(Beginning of Supplied data)

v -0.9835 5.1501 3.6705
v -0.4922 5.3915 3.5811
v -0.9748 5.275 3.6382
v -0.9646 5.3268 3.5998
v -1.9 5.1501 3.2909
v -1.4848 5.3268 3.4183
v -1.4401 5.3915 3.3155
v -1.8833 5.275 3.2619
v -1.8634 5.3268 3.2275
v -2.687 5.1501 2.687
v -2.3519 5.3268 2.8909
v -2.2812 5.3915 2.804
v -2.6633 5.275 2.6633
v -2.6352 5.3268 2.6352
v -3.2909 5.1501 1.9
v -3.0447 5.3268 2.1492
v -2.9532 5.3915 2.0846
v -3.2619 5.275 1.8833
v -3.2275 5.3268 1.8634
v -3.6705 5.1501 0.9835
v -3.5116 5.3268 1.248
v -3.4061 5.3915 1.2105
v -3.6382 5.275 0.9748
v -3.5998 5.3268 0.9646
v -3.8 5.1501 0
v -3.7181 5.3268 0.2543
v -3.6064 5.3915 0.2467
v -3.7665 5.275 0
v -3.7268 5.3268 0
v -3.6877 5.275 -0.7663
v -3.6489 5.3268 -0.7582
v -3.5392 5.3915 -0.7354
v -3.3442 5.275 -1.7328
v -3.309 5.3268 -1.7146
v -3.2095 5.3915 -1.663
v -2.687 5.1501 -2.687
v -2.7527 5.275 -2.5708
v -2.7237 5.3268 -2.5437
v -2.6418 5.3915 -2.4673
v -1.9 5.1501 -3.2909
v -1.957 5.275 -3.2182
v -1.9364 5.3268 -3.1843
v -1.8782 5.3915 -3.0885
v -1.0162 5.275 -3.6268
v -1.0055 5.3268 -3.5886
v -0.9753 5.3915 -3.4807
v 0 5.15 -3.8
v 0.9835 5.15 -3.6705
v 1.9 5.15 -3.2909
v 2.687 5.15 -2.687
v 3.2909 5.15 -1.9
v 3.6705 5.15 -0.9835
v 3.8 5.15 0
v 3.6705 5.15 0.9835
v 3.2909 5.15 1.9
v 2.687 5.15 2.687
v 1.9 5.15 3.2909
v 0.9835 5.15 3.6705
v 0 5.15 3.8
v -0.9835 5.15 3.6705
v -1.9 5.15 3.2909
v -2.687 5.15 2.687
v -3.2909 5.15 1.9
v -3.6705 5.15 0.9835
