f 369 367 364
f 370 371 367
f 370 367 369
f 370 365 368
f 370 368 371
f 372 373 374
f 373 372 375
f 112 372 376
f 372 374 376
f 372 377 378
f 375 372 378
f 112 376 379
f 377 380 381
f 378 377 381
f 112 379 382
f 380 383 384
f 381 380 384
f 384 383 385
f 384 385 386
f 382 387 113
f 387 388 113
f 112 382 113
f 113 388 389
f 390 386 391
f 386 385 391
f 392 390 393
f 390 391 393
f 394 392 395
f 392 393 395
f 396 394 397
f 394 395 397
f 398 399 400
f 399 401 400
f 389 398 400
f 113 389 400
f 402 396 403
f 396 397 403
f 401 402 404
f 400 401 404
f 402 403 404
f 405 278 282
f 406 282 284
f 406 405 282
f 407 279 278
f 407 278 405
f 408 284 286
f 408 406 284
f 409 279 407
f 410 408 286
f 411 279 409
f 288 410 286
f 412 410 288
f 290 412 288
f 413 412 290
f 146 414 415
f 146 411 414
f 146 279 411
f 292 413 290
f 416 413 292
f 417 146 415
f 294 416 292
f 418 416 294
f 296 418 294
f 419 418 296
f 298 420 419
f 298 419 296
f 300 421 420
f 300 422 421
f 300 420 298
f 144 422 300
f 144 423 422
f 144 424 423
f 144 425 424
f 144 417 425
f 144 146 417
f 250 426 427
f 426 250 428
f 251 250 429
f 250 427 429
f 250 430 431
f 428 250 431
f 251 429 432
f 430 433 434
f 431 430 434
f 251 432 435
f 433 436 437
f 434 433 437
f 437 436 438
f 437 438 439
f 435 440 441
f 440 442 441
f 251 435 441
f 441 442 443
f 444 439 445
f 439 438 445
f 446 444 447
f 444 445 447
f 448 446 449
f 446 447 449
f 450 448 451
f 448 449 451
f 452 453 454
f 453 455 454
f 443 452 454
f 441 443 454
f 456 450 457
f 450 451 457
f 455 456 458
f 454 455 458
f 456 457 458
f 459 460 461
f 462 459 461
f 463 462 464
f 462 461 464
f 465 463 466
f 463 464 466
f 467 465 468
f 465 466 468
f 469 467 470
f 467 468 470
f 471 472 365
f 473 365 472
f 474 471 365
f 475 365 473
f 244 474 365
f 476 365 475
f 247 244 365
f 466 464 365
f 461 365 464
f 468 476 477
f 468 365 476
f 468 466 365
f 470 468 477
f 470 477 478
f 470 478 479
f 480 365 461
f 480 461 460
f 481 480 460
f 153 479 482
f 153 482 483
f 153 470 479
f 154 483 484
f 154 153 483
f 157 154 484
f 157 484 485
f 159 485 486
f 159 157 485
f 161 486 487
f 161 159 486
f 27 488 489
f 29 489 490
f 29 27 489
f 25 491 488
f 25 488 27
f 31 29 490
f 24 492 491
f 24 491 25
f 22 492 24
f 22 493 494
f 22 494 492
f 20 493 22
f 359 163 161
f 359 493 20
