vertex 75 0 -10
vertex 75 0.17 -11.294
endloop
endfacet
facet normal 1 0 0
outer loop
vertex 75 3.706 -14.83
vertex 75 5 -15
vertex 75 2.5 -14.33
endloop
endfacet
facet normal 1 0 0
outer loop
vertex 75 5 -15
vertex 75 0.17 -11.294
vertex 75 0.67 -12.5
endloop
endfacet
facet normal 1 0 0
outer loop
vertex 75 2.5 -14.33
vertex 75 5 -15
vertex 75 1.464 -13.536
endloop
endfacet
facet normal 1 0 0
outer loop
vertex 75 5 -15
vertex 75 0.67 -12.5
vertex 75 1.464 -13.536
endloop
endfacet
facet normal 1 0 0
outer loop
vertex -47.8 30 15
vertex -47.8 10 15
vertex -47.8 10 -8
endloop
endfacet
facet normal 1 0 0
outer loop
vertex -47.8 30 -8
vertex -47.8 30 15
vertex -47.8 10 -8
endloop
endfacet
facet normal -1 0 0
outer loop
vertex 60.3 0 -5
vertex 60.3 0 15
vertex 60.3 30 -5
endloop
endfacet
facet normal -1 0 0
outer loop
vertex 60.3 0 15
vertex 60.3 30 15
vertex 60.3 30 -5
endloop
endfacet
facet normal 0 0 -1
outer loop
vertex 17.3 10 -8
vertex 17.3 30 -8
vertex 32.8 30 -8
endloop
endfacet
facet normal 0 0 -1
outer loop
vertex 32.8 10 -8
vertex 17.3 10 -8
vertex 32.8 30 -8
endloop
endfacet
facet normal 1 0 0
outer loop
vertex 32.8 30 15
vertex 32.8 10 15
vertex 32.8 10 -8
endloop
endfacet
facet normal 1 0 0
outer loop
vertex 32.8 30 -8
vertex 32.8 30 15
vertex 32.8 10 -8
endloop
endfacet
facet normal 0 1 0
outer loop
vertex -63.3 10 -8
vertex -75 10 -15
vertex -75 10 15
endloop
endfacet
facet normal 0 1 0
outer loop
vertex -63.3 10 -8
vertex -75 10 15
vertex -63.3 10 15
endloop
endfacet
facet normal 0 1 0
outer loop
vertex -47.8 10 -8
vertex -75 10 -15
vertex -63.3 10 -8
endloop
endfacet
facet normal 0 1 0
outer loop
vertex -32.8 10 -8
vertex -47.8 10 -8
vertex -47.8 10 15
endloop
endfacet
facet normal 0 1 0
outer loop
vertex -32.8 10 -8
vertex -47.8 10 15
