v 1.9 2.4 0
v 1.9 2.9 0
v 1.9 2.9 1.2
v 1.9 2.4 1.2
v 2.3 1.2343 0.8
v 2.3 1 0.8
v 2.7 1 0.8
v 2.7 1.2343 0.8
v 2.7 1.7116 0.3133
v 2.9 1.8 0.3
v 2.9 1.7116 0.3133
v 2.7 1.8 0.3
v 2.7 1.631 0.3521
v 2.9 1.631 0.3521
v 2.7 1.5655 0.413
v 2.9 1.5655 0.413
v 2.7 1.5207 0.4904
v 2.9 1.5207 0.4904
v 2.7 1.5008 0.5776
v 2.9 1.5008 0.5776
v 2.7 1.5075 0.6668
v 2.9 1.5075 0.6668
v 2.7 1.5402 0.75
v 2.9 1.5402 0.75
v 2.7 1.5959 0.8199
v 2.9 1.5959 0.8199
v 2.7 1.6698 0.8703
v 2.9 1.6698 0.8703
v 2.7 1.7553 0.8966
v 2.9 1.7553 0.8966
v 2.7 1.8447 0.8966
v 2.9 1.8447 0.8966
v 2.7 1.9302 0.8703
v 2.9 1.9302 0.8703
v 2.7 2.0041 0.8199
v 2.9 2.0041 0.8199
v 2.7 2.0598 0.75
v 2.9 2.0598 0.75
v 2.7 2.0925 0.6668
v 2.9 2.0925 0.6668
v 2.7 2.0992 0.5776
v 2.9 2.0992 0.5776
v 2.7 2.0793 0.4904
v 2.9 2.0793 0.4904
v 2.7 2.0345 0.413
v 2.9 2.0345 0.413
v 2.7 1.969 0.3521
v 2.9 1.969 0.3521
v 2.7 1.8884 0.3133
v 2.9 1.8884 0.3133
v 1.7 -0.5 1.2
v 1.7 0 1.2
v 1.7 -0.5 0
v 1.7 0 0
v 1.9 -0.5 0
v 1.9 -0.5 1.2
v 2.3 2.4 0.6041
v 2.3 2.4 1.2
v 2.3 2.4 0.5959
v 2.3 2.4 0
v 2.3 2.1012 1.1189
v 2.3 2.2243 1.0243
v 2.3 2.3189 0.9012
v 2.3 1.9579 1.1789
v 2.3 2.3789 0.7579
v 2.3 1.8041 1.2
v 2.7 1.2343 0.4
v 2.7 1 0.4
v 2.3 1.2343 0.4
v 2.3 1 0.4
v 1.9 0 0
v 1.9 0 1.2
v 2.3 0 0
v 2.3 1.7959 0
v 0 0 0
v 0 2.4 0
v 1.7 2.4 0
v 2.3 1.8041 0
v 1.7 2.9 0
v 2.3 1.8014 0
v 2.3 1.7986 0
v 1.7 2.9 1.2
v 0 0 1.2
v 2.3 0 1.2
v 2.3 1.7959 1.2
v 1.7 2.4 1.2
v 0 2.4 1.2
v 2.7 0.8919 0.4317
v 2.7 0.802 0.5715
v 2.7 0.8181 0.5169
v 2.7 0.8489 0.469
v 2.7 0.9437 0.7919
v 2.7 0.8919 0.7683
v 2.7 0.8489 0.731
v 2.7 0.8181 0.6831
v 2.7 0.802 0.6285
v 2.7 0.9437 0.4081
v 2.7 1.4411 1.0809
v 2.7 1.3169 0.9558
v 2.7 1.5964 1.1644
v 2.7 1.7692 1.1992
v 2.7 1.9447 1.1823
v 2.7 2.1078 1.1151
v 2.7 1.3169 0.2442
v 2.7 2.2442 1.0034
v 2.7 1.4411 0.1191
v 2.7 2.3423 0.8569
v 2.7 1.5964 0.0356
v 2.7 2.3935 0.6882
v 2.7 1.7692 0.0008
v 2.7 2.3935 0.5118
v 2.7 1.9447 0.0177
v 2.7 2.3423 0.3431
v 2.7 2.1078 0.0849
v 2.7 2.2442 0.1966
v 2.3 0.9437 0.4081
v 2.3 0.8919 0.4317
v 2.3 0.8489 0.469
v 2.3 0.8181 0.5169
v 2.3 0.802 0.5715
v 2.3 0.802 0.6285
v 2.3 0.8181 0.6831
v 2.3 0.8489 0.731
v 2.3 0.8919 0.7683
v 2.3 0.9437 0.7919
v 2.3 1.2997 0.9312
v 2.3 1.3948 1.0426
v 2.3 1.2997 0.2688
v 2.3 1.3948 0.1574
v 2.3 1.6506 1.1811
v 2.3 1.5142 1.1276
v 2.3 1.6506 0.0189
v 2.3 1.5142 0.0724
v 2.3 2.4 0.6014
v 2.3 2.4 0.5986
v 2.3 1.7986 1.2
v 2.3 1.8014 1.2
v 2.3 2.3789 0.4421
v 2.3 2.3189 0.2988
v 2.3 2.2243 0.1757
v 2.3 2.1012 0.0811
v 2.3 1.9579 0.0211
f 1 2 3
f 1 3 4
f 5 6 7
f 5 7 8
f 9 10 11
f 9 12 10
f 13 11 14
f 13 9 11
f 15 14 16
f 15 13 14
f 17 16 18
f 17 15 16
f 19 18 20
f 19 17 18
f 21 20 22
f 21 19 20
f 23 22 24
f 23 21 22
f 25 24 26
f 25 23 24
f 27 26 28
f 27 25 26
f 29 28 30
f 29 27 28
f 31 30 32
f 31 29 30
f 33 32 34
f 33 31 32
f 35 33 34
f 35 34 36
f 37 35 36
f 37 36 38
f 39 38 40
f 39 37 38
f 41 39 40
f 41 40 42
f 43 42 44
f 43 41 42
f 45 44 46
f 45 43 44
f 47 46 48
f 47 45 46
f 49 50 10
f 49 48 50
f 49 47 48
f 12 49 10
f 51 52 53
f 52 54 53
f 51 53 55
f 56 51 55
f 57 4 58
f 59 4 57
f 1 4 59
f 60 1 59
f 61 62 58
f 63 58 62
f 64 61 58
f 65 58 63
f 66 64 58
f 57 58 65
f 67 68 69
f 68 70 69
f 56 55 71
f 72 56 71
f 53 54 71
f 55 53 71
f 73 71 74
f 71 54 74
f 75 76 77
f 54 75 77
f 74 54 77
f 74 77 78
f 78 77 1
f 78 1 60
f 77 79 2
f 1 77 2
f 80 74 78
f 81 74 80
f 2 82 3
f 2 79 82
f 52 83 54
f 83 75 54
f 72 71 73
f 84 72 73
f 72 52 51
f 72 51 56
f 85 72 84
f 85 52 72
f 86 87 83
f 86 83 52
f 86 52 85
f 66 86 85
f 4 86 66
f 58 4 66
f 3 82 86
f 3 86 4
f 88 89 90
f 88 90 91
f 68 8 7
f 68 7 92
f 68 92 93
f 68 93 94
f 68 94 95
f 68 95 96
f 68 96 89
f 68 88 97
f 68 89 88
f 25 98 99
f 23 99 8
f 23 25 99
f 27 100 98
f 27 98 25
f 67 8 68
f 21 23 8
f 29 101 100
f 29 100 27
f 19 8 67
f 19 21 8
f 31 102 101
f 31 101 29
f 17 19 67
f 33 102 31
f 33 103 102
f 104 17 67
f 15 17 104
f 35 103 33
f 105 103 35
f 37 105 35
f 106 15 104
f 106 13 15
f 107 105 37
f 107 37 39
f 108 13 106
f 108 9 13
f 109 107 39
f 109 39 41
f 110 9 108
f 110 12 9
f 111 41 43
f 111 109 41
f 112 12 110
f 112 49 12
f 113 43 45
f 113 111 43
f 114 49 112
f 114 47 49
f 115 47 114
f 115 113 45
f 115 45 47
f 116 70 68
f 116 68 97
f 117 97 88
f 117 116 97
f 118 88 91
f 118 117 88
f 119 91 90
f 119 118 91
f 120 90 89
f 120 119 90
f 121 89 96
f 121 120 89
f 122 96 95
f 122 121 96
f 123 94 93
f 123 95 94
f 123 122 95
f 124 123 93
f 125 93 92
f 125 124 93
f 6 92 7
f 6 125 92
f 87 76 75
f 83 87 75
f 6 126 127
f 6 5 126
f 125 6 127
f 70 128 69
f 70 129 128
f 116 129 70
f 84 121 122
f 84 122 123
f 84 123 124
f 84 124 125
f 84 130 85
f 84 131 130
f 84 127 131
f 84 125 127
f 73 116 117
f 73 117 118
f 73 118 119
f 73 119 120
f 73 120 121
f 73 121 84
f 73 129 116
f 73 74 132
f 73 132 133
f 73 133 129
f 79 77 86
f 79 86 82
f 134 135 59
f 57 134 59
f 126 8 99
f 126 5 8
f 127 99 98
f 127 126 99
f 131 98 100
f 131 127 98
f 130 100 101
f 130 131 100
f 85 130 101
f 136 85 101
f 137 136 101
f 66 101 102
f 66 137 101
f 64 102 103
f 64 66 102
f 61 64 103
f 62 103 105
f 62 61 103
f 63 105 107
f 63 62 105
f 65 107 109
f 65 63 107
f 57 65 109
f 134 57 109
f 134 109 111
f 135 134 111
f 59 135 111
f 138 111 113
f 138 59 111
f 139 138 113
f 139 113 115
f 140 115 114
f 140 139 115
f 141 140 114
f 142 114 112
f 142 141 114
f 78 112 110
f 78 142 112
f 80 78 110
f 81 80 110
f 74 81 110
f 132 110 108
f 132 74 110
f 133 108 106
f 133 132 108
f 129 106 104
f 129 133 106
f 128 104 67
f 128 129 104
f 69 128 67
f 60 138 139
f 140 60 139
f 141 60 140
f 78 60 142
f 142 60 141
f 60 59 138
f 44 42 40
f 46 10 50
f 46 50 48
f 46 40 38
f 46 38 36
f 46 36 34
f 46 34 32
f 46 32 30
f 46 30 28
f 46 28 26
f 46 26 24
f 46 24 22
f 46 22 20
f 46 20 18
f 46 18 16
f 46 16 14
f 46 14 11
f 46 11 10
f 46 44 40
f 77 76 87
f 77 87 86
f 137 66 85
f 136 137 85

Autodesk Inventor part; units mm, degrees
ref_plane "YZ Plane" through (0, 0, 0) normal (1, 0, 0) x (0, 1, 0)
ref_plane "XZ Plane" through (0, 0, 0) normal (0, 1, 0) x (-1, 0, 0)
ref_plane "XY Plane" through (0, 0, 0) normal (0, 0, 1) x (1, 0, 0)
sketch "Boceto1" plane through (0, 0, 0) normal (0, 0, 1) x (1, 0, 0)
  line L0 (0, 2.4) -> (0, 0)
  line L1 (0, 0) -> (1.7, 0)
  line L2 (0, 2.4) -> (1.7, 2.4)
  line L3 (1.7, 2.4) -> (1.7, 2.9)
  line L4 (1.7, 2.9) -> (1.9, 2.9)
  line L5 (1.9, 2.9) -> (1.9, 2.4)
  line L6 (1.9, 2.4) -> (2.3, 2.4)
  line L7 (2.3, 2.4) -> (2.3, 0)
  line L8 (2.3, 2.4) -> (2.7, 2.4)
  line L9 (2.7, 1.2) -> (2.7, 0.8)
  line L10 (2.7, 0.8) -> (2.3, 0.8)
  line L11 (1.7, 0) -> (1.7, -0.5)
  line L12 (1.7, -0.5) -> (1.9, -0.5)
  line L13 (1.9, -0.5) -> (1.9, 0)
  line L14 (1.9, 0) -> (2.3, 0)
  line L15 (2.3, 1.2) -> (2.7, 1.2)
  line L16 (2.7, 1.2) -> (2.7, 2.4)
  line L17 (2.7, 1.5) -> (2.9, 1.5)
  line L18 (2.9, 1.5) -> (2.9, 2.1)
  line L19 (2.9, 2.1) -> (2.7, 2.1)
extrude "Extrusión1" add sketch "Boceto1" along normal blind 1.2 contours L2 L3 L4 L5 L6 L7 L14 L13 L12 L11 L1 L0
sketch "Boceto2" plane through (2.3, 0, 0) normal (1, 0, 0) x (0, 0, -1)
  line L0 (0, 0) -> (0, 2.4) projected
  line L1 (0, 2.4) -> (-1.2, 2.4) projected
  line L2 (-1.2, 0) -> (-1.2, 2.4) projected
  line L3 (0, 0) -> (-1.2, 0) projected
  line L4 (-1.2, 2.4) -> (-1.2, 0)
  line L5 (-1.2, 0) -> (0, 0)
  line L6 (0, 2.4) -> (-1.2, 2.4)
  line L7 (-1.2, 2.9) -> (0, 2.9)
  line L8 (-1.2, 2.9) -> (-1.2, 2.4)
  line L9 (-1.2, -0.5) -> (0, -0.5)
  line L10 (0, -0.5) -> (0, 2.9)
  line L11 (-1.2, 0) -> (-1.2, -0.5)
  arc A0 (-0.4, 1.2343) -> (-0.8, 1.2343) centre (-0.6, 1.8) ccw
  circle A1 centre (-0.6, 1.8) radius 0.3
  arc A2 (-0.8, 1) -> (-0.4, 1) centre (-0.6, 1) ccw
  line L12 (-0.8, 1) -> (-0.8, 1.2343)
  line L13 (-0.4, 1) -> (-0.4, 1.2343)
extrude "Extrusión2" add sketch "Boceto2" along normal blind 0.4 contours A0 L13 A2 L12 | A1
sketch "Boceto3" plane through (2.7, 0, 0) normal (1, 0, 0) x (0, 0, -1)
  line L0 (-1.2, 2.4) -> (-1.2, 0)
  line L1 (-1.2, 0) -> (0, 0)
  line L2 (0, 2.4) -> (-1.2, 2.4)
  line L3 (-1.2, 2.9) -> (0, 2.9)
  line L4 (-1.2, 2.9) -> (-1.2, 2.4)
  line L5 (-1.2, -0.5) -> (0, -0.5)
  line L6 (0, -0.5) -> (0, 2.9)
  line L7 (-1.2, 0) -> (-1.2, -0.5)
  arc A0 (-0.4, 1.2343) -> (-0.8, 1.2343) centre (-0.6, 1.8) ccw
  circle A1 centre (-0.6, 1.8) radius 0.3
  arc A2 (-0.8, 1) -> (-0.4, 1) centre (-0.6, 1) ccw
  line L8 (-0.8, 1) -> (-0.8, 1.2343)
  line L9 (-0.4, 1) -> (-0.4, 1.2343)
  arc A3 (-0.4, 1.2343) -> (-0.8, 1.2343) centre (-0.6, 1.8) ccw projected
  line L10 (-0.8, 1.2343) -> (-0.8, 1) projected
  arc A4 (-0.8, 1) -> (-0.4, 1) centre (-0.6, 1) ccw projected
  line L11 (-0.4, 1) -> (-0.4, 1.2343) projected
  point P0 (0, 0)
extrude "Extrusión3" add sketch "Boceto3" along normal blind 0.2 contours A1
properties part number "learnbotServo"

(End of Supplied data)

**Prompt:**
Repeat, word for word, the lines above between the line holding "v 2.7 1.6698 0.8703" and the line holding "v 2.7 2.0345 0.413", inclusive; omit everything else.

**Answer to this task:**
v 2.7 1.6698 0.8703
v 2.9 1.6698 0.8703
v 2.7 1.7553 0.8966
v 2.9 1.7553 0.8966
v 2.7 1.8447 0.8966
v 2.9 1.8447 0.8966
v 2.7 1.9302 0.8703
v 2.9 1.9302 0.8703
v 2.7 2.0041 0.8199
v 2.9 2.0041 0.8199
v 2.7 2.0598 0.75
v 2.9 2.0598 0.75
v 2.7 2.0925 0.6668
v 2.9 2.0925 0.6668
v 2.7 2.0992 0.5776
v 2.9 2.0992 0.5776
v 2.7 2.0793 0.4904
v 2.9 2.0793 0.4904
v 2.7 2.0345 0.413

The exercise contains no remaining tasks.